> EXERCISE INSTRUCTIONS
Please restate, word for word, the lines below that begin at the one with "e10 v10 v8 LINE" and end at the one with "e18 v14 v15 LINE". Leave out all other lines.

[Opening MATERIALS PROVIDED section]

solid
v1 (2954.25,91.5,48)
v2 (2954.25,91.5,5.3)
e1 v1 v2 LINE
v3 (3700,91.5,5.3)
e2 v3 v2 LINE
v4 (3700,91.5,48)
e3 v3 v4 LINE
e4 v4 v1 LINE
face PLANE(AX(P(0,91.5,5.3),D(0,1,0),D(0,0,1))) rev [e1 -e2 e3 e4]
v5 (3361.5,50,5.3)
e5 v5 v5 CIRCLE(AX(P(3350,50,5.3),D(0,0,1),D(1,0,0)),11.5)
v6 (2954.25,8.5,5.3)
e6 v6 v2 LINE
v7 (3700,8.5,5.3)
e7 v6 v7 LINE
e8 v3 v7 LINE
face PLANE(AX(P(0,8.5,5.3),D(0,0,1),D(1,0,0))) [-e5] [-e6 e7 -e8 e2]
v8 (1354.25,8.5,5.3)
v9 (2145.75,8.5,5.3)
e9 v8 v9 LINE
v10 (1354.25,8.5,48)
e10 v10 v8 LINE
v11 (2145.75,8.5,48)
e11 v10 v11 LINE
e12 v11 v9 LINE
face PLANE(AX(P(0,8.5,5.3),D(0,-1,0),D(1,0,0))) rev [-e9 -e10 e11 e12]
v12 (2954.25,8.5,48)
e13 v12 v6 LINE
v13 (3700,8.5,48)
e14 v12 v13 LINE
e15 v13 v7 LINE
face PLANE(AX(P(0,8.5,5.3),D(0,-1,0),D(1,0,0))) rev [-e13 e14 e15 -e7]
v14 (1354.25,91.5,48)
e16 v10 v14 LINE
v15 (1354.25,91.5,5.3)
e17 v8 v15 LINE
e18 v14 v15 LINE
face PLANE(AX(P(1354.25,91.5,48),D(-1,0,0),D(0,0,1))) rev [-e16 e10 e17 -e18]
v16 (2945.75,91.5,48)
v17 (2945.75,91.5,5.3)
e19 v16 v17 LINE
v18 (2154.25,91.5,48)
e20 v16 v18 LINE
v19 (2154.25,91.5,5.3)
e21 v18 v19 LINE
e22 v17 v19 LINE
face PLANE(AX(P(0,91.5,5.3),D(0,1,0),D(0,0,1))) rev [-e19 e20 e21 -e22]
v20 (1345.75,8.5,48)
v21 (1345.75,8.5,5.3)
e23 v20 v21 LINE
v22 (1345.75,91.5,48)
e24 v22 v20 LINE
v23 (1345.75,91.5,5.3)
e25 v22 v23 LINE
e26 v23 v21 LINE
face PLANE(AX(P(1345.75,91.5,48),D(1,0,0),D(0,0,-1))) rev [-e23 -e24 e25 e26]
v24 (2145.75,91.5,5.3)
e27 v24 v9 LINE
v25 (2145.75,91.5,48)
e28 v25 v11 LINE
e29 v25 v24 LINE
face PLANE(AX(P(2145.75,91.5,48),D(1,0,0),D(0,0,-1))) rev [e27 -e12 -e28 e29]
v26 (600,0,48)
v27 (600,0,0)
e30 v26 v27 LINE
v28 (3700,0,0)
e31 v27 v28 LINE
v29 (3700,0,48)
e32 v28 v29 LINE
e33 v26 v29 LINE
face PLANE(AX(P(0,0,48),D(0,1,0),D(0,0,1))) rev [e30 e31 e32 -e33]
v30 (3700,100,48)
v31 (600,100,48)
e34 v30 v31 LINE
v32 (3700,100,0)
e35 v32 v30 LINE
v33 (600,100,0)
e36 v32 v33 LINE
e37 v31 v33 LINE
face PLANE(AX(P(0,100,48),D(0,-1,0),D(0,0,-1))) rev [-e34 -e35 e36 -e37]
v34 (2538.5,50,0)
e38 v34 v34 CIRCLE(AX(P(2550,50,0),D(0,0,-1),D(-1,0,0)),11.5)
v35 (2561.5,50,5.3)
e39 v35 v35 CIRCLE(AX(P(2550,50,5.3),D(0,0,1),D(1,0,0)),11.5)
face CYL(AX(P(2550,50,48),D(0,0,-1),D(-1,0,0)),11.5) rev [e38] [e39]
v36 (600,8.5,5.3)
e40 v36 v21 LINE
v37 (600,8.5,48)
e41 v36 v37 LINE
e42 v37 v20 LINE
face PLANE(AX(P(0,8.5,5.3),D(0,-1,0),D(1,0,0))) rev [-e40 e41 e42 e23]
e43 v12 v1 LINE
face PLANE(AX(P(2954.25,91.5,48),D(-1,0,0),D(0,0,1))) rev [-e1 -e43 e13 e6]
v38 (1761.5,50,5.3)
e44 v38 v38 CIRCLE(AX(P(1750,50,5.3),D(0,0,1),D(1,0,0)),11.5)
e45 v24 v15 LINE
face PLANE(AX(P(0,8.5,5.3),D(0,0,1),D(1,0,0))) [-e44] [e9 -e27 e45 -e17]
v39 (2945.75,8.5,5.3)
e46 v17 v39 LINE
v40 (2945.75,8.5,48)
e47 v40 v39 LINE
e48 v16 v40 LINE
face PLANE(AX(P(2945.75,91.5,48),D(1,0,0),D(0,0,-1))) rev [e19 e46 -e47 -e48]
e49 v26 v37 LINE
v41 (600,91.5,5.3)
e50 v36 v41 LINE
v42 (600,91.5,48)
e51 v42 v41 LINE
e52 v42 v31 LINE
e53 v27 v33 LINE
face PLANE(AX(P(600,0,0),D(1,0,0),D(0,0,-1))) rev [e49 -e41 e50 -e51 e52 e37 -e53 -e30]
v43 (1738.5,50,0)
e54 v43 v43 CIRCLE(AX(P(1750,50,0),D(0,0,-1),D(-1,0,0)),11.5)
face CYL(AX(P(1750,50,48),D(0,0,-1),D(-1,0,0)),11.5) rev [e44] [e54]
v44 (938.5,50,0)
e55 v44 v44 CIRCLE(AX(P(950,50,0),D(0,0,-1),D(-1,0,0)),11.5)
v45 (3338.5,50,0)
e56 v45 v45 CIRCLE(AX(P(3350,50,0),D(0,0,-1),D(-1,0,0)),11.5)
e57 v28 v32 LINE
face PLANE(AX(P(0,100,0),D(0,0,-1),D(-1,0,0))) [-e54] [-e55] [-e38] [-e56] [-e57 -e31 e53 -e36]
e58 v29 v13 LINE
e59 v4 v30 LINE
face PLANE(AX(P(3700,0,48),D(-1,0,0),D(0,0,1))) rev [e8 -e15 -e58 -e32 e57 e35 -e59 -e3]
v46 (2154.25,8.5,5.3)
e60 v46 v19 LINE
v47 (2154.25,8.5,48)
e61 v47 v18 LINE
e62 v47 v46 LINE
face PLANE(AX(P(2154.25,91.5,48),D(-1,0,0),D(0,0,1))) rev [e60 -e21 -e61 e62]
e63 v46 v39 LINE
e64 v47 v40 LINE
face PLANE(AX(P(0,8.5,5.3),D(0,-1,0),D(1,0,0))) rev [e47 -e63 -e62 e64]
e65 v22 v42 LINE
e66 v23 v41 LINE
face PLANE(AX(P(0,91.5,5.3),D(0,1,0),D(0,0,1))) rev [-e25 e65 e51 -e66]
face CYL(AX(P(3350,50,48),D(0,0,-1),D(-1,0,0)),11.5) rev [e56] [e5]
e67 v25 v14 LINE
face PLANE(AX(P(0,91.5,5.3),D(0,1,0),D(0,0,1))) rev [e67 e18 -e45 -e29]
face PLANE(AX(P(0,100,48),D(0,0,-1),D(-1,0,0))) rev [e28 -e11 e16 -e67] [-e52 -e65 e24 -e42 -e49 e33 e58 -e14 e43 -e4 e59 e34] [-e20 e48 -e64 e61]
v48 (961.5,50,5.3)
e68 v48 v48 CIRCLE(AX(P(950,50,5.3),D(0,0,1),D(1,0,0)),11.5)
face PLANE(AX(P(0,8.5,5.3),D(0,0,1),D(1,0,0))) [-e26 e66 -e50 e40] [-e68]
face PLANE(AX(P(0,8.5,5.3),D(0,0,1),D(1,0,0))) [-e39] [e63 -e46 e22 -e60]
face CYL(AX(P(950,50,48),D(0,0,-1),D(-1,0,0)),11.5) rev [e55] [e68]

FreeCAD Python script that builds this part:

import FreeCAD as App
import Part
import Sketcher

V = App.Vector
Q = App.Units.Quantity

doc = App.newDocument("Part")
body = doc.addObject("PartDesign::Body", "Body")

# Sketch on XY plane
sketch1 = doc.addObject("Sketcher::SketchObject", "Sketch")
body.addObject(sketch1)
sketch1.AttachmentSupport = (doc.XY_Plane, [""])
sketch1.MapMode = "FlatFace"
sketch1.addGeometry([
    Part.LineSegment(V(0, 100, 0), V(0, 0, 0)),
    Part.LineSegment(V(0, 0, 0), V(4300, 0, 0)),
    Part.LineSegment(V(4300, 0, 0), V(4300, 100, 0)),
    Part.LineSegment(V(4300, 100, 0), V(0, 100, 0)),
], False)
sketch1.addConstraint([
    Sketcher.Constraint("Coincident", 0, 2, 1, 1),
    Sketcher.Constraint("Coincident", 1, 2, 2, 1),
    Sketcher.Constraint("Coincident", 2, 2, 3, 1),
    Sketcher.Constraint("Coincident", 3, 2, 0, 1),
    Sketcher.Constraint("Vertical", 0),
    Sketcher.Constraint("Horizontal", 1),
    Sketcher.Constraint("Vertical", 2),
    Sketcher.Constraint("Horizontal", 3),
    Sketcher.Constraint("Coincident", 0, 2, -1, 1),
    Sketcher.Constraint("DistanceX", 1, 1, 1, 2, Q("4300 mm")),
    Sketcher.Constraint("DistanceY", 0, 2, 0, 1, Q("100 mm")),
])
pad1 = doc.addObject("PartDesign::Pad", "Pad")
body.addObject(pad1)
pad1.Profile = sketch1
pad1.Length = 48

# Sketch on XY plane
sketch2 = doc.addObject("Sketcher::SketchObject", "Sketch001")
body.addObject(sketch2)
sketch2.AttachmentSupport = (doc.XY_Plane, [""])
sketch2.MapMode = "FlatFace"
sketch2.AttachmentOffset = App.Placement(V(0, 0, 48), App.Rotation())
sketch2.addGeometry([
    Part.LineSegment(V(0, 92, 0), V(0, 8, 0)),
    Part.LineSegment(V(0, 8, 0), V(4300, 8, 0)),
    Part.LineSegment(V(4300, 8, 0), V(4300, 92, 0)),
    Part.LineSegment(V(4300, 92, 0), V(0, 92, 0)),
], False)
sketch2.addConstraint([
    Sketcher.Constraint("Coincident", 0, 2, 1, 1),
    Sketcher.Constraint("Coincident", 1, 2, 2, 1),
    Sketcher.Constraint("Coincident", 2, 2, 3, 1),
    Sketcher.Constraint("Coincident", 3, 2, 0, 1),
    Sketcher.Constraint("Vertical", 0),
    Sketcher.Constraint("Horizontal", 1),
    Sketcher.Constraint("Vertical", 2),
    Sketcher.Constraint("Horizontal", 3),
    Sketcher.Constraint("PointOnObject", 0, 2, -2),
    Sketcher.Constraint("DistanceX", 1, 1, 1, 2, Q("4300 mm")),
    Sketcher.Constraint("DistanceY", 0, 2, 0, 1, Q("83 mm")),
    Sketcher.Constraint("DistanceY", -1, 1, 0, 2, Q("8.5 mm")),
])
pocket1 = doc.addObject("PartDesign::Pocket", "Pocket")
body.addObject(pocket1)
pocket1.Profile = sketch2
pocket1.Length = 42.7

# Sketch on XY plane
sketch3 = doc.addObject("Sketcher::SketchObject", "Sketch002")
body.addObject(sketch3)
sketch3.AttachmentSupport = (doc.XY_Plane, [""])
sketch3.MapMode = "FlatFace"
sketch3.AttachmentOffset = App.Placement(V(0, 0, 5.3), App.Rotation())
sketch3.addGeometry([
    Part.LineSegment(V(546, 92, 0), V(546, 8, 0)),
    Part.LineSegment(V(546, 8, 0), V(554, 8, 0)),
    Part.LineSegment(V(554, 8, 0), V(554, 92, 0)),
    Part.LineSegment(V(554, 92, 0), V(546, 92, 0)),
], False)
sketch3.addConstraint([
    Sketcher.Constraint("Coincident", 0, 2, 1, 1),
    Sketcher.Constraint("Coincident", 1, 2, 2, 1),
    Sketcher.Constraint("Coincident", 2, 2, 3, 1),
    Sketcher.Constraint("Coincident", 3, 2, 0, 1),
    Sketcher.Constraint("Vertical", 0),
    Sketcher.Constraint("Horizontal", 1),
    Sketcher.Constraint("Vertical", 2),
    Sketcher.Constraint("Horizontal", 3),
    Sketcher.Constraint("DistanceY", 0, 2, 0, 1, Q("83 mm")),
    Sketcher.Constraint("DistanceX", 1, 1, 1, 2, Q("8.5 mm")),
    Sketcher.Constraint("DistanceY", -1, 1, 0, 2, Q("8.5 mm")),
    Sketcher.Constraint("DistanceX", -1, 1, 0, 2, Q("545.75 mm")),
])
pad2 = doc.addObject("PartDesign::Pad", "Pad001")
body.addObject(pad2)
pad2.Profile = sketch3
pad2.Length = 42.7
doc.recompute()

linearpattern = doc.addObject("PartDesign::LinearPattern", "LinearPattern")
body.addObject(linearpattern)
linearpattern.Originals = [pad2]
linearpattern.Direction = (doc.X_Axis, [""])
linearpattern.Mode = "offset"
linearpattern.Offset = 800
linearpattern.Occurrences = 5
body.Tip = linearpattern

# Sketch on XY plane
sketch4 = doc.addObject("Sketcher::SketchObject", "Sketch003")
body.addObject(sketch4)
sketch4.AttachmentSupport = (doc.XY_Plane, [""])
sketch4.MapMode = "FlatFace"
sketch4.addGeometry(Part.Circle(V(4150, 50, 0), V(0, 0, 1), 12), False)
sketch4.addConstraint([
    Sketcher.Constraint("Diameter", 0, Q("23 mm")),
    Sketcher.Constraint("DistanceX", -1, 1, 0, 3, Q("4150 mm")),
    Sketcher.Constraint("DistanceY", -1, 1, 0, 3, Q("50 mm")),
])
pocket2 = doc.addObject("PartDesign::Pocket", "Pocket001")
body.addObject(pocket2)
pocket2.Profile = sketch4
pocket2.Type = "ThroughAll"
pocket2.Reversed = True
doc.recompute()

linearpattern2 = doc.addObject("PartDesign::LinearPattern", "LinearPattern001")
body.addObject(linearpattern2)
linearpattern2.Originals = [pocket2]
linearpattern2.Direction = (doc.X_Axis, [""])
linearpattern2.Mode = "offset"
linearpattern2.Offset = 800
linearpattern2.Occurrences = 6
linearpattern2.Reversed = True
body.Tip = linearpattern2

# Sketch on XZ plane
sketch5 = doc.addObject("Sketcher::SketchObject", "Sketch004")
body.addObject(sketch5)
sketch5.AttachmentSupport = (doc.XZ_Plane, [""])
sketch5.MapMode = "FlatFace"
sketch5.AttachmentOffset = App.Placement(V(0, 0, -100), App.Rotation())
sketch5.addGeometry([
    Part.LineSegment(V(600, 48, 0), V(600, 0, 0)),  # 0
    Part.LineSegment(V(600, 0, 0), V(0, 0, 0)),  # 1
    Part.LineSegment(V(0, 0, 0), V(0, 48, 0)),  # 2
    Part.LineSegment(V(0, 48, 0), V(600, 48, 0)),  # 3
    Part.LineSegment(V(4300, 48, 0), V(4300, 0, 0)),  # 4
    Part.LineSegment(V(4300, 0, 0), V(3700, 0, 0)),  # 5
    Part.LineSegment(V(3700, 0, 0), V(3700, 48, 0)),  # 6
    Part.LineSegment(V(3700, 48, 0), V(4300, 48, 0)),  # 7
], False)
sketch5.addConstraint([
    Sketcher.Constraint("Coincident", 0, 2, 1, 1),
    Sketcher.Constraint("Coincident", 1, 2, 2, 1),
    Sketcher.Constraint("Coincident", 2, 2, 3, 1),
    Sketcher.Constraint("Coincident", 3, 2, 0, 1),
    Sketcher.Constraint("Coincident", 4, 2, 5, 1),
    Sketcher.Constraint("Coincident", 5, 2, 6, 1),
    Sketcher.Constraint("Coincident", 6, 2, 7, 1),
    Sketcher.Constraint("Coincident", 7, 2, 4, 1),
    Sketcher.Constraint("Vertical", 0),
    Sketcher.Constraint("Horizontal", 1),
    Sketcher.Constraint("Vertical", 2),
    Sketcher.Constraint("Horizontal", 3),
    Sketcher.Constraint("Vertical", 4),
    Sketcher.Constraint("Horizontal", 5),
    Sketcher.Constraint("Vertical", 6),
    Sketcher.Constraint("Horizontal", 7),
    Sketcher.Constraint("Coincident", 1, 2, -1, 1),
    Sketcher.Constraint("PointOnObject", 4, 2, -1),
    Sketcher.Constraint("Horizontal", 3, 2, 6, 2),
    Sketcher.Constraint("Equal", 3, 5),
    Sketcher.Constraint("DistanceX", 1, 2, 1, 1, Q("600 mm")),
    Sketcher.Constraint("DistanceY", 0, 2, 0, 1, Q("48 mm")),
    Sketcher.Constraint("DistanceX", -1, 1, 4, 2, Q("4300 mm")),
])
pocket3 = doc.addObject("PartDesign::Pocket", "Pocket002")
body.addObject(pocket3)
pocket3.Profile = sketch5
pocket3.Length = 100
pocket3.Reversed = True

doc.recompute()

[Closing MATERIALS PROVIDED section]

> EXERCISE RESULT
e10 v10 v8 LINE
v11 (2145.75,8.5,48)
e11 v10 v11 LINE
e12 v11 v9 LINE
face PLANE(AX(P(0,8.5,5.3),D(0,-1,0),D(1,0,0))) rev [-e9 -e10 e11 e12]
v12 (2954.25,8.5,48)
e13 v12 v6 LINE
v13 (3700,8.5,48)
e14 v12 v13 LINE
e15 v13 v7 LINE
face PLANE(AX(P(0,8.5,5.3),D(0,-1,0),D(1,0,0))) rev [-e13 e14 e15 -e7]
v14 (1354.25,91.5,48)
e16 v10 v14 LINE
v15 (1354.25,91.5,5.3)
e17 v8 v15 LINE
e18 v14 v15 LINE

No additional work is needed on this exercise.